Assume I have a huge table storage where customers are stored in. Let's say Partition Key is their Zip-Code, RowKey is their signup-timestamp.
Now, what is the smartest and most efficient way to find the ONE FIRST customer for a given (zip code) area, who signed up after a given date (the early bird :-) )? Assume that the entries where not ordered when written to the table storage.
My initial idea was to have a helper method like this (which I need anyway for other purposes):
public IEnumerable<Customer> GetCustomers(string zip, long stampStart, long stampEnd)
{
if (_table == null) return new List<Customer>();
return query = (from entry in _table.CreateQuery<Customer>()
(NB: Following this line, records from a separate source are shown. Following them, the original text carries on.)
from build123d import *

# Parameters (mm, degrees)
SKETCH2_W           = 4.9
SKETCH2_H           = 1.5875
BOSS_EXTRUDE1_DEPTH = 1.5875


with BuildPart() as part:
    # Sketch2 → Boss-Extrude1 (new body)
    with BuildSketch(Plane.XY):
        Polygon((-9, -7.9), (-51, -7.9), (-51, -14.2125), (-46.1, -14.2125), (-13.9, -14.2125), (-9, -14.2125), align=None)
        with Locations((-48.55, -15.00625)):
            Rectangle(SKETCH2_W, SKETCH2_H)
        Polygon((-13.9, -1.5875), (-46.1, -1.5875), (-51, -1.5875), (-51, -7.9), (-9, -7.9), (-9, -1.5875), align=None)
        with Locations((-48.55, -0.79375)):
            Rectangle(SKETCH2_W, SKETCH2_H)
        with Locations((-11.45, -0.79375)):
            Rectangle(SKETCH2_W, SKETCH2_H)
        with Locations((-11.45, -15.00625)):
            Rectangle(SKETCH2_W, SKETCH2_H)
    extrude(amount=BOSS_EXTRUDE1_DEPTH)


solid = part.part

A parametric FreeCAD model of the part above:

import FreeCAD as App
import Part
import Sketcher
Q = App.Units.Quantity

doc = App.newDocument("Part")
body = doc.addObject("PartDesign::Body", "Body")

# Sketch on XY plane
sketch1 = body.newObject("Sketcher::SketchObject", "Sketch")
sketch1.AttachmentSupport = (doc.getObject("XY_Plane"), [""])
sketch1.MapMode = "FlatFace"
sketch1.addGeometry(Part.LineSegment(App.Vector(-51, -15.8, 0), App.Vector(-46.1, -15.8, 0)), False)
sketch1.addGeometry(Part.LineSegment(App.Vector(-46.1, -15.8, 0), App.Vector(-46.1, -14.2, 0)), False)
sketch1.addGeometry(Part.LineSegment(App.Vector(-46.1, -14.2, 0), App.Vector(-13.9, -14.2, 0)), False)
sketch1.addGeometry(Part.LineSegment(App.Vector(-13.9, -14.2, 0), App.Vector(-13.9, -15.8, 0)), False)
sketch1.addGeometry(Part.LineSegment(App.Vector(-13.9, -15.8, 0), App.Vector(-9, -15.8, 0)), False)
sketch1.addGeometry(Part.LineSegment(App.Vector(-9, -15.8, 0), App.Vector(-9, 0, 0)), False)
sketch1.addGeometry(Part.LineSegment(App.Vector(-9, 0, 0), App.Vector(-13.9, 0, 0)), False)
sketch1.addGeometry(Part.LineSegment(App.Vector(-13.9, 0, 0), App.Vector(-13.9, -1.6, 0)), False)
sketch1.addGeometry(Part.LineSegment(App.Vector(-13.9, -1.6, 0), App.Vector(-46.1, -1.6, 0)), False)
sketch1.addGeometry(Part.LineSegment(App.Vector(-46.1, -1.6, 0), App.Vector(-46.1, 0, 0)), False)
sketch1.addGeometry(Part.LineSegment(App.Vector(-46.1, 0, 0), App.Vector(-51, 0, 0)), False)
sketch1.addGeometry(Part.LineSegment(App.Vector(-51, 0, 0), App.Vector(-51, -15.8, 0)), False)
sketch1.addConstraint(Sketcher.Constraint("Coincident", 0, 2, 1, 1))
sketch1.addConstraint(Sketcher.Constraint("Coincident", 1, 2, 2, 1))
sketch1.addConstraint(Sketcher.Constraint("Coincident", 2, 2, 3, 1))
sketch1.addConstraint(Sketcher.Constraint("Coincident", 3, 2, 4, 1))
sketch1.addConstraint(Sketcher.Constraint("Coincident", 4, 2, 5, 1))
sketch1.addConstraint(Sketcher.Constraint("Coincident", 5, 2, 6, 1))
sketch1.addConstraint(Sketcher.Constraint("Coincident", 6, 2, 7, 1))
sketch1.addConstraint(Sketcher.Constraint("Coincident", 7, 2, 8, 1))
sketch1.addConstraint(Sketcher.Constraint("Coincident", 8, 2, 9, 1))
sketch1.addConstraint(Sketcher.Constraint("Coincident", 9, 2, 10, 1))
sketch1.addConstraint(Sketcher.Constraint("Coincident", 10, 2, 11, 1))
sketch1.addConstraint(Sketcher.Constraint("Coincident", 11, 2, 0, 1))
sketch1.addConstraint(Sketcher.Constraint("Horizontal", 0))
sketch1.addConstraint(Sketcher.Constraint("Vertical", 1))
sketch1.addConstraint(Sketcher.Constraint("Horizontal", 2))
sketch1.addConstraint(Sketcher.Constraint("Vertical", 3))
sketch1.addConstraint(Sketcher.Constraint("Horizontal", 4))
sketch1.addConstraint(Sketcher.Constraint("Vertical", 5))
sketch1.addConstraint(Sketcher.Constraint("Horizontal", 6))
sketch1.addConstraint(Sketcher.Constraint("Vertical", 7))
sketch1.addConstraint(Sketcher.Constraint("Horizontal", 8))
sketch1.addConstraint(Sketcher.Constraint("Vertical", 9))
sketch1.addConstraint(Sketcher.Constraint("Horizontal", 10))
sketch1.addConstraint(Sketcher.Constraint("Vertical", 11))
sketch1.addConstraint(Sketcher.Constraint("PointOnObject", 5, 2, -1))
sketch1.addConstraint(Sketcher.Constraint("PointOnObject", 9, 2, -1))
sketch1.addConstraint(Sketcher.Constraint("Horizontal", 0, 2, 3, 2))
sketch1.addConstraint(Sketcher.Constraint("Vertical", 3, 2, 6, 2))
sketch1.addConstraint(Sketcher.Constraint("Vertical", 1, 2, 8, 2))
sketch1.addConstraint(Sketcher.Constraint("Equal", 0, 4))
sketch1.addConstraint(Sketcher.Constraint("Equal", 3, 7))
sketch1.addConstraint(Sketcher.Constraint("DistanceX", 0, 1, 0, 2, Q("4.9 mm")))
sketch1.addConstraint(Sketcher.Constraint("DistanceX", 2, 1, 2, 2, Q("32.2 mm")))
sketch1.addConstraint(Sketcher.Constraint("DistanceY", 5, 1, 5, 2, Q("15.8 mm")))
sketch1.addConstraint(Sketcher.Constraint("DistanceX", 4, 2, -1, 1, Q("9 mm")))
sketch1.addConstraint(Sketcher.Constraint("DistanceY", 1, 1, 1, 2, Q("1.5875 mm")))
pad1 = body.newObject("PartDesign::Pad", "Pad")
pad1.Profile = sketch1
pad1.Length = 1.5875

doc.recompute()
where entry.PartitionKey == zip
&& entry.RowKey.CompareTo(stampStart) <= 0
&& entry.RowKey.CompareTo(stampEnd) >= 0
select entry);
}
and then use it to fire a request like this:
public Customer GetEarlyBird(string zip, long stamp)
{
if (_table == null) return null;
return
GetCustomers(zip, stamp, stamp + 31536000) //covers a one year period
.OrderBy(x => x.SignupStamp)
.FirstOrDefault();
}
And finally call
var zip = //some zip code;
var lookupStamp = //some long timestamp;
var earlyBird = GetEarlyBird(zip, lookupStamp);
However, due to the OrderBy-call, the entire query result must be evaluated which takes forever. On the other hand, without ordering the result of the query, FirstOrDefault does not necessarily return the Customer who signed up closest after stamp, but instead the first in the list (which could be any customer from that area, as they were not necessarily ordered when stored in the table).
What am I missing? What is the smartest way to "outsource" the ordering to the Database instead of doing it in memory? Or has my approach some other major flaws I'm missing?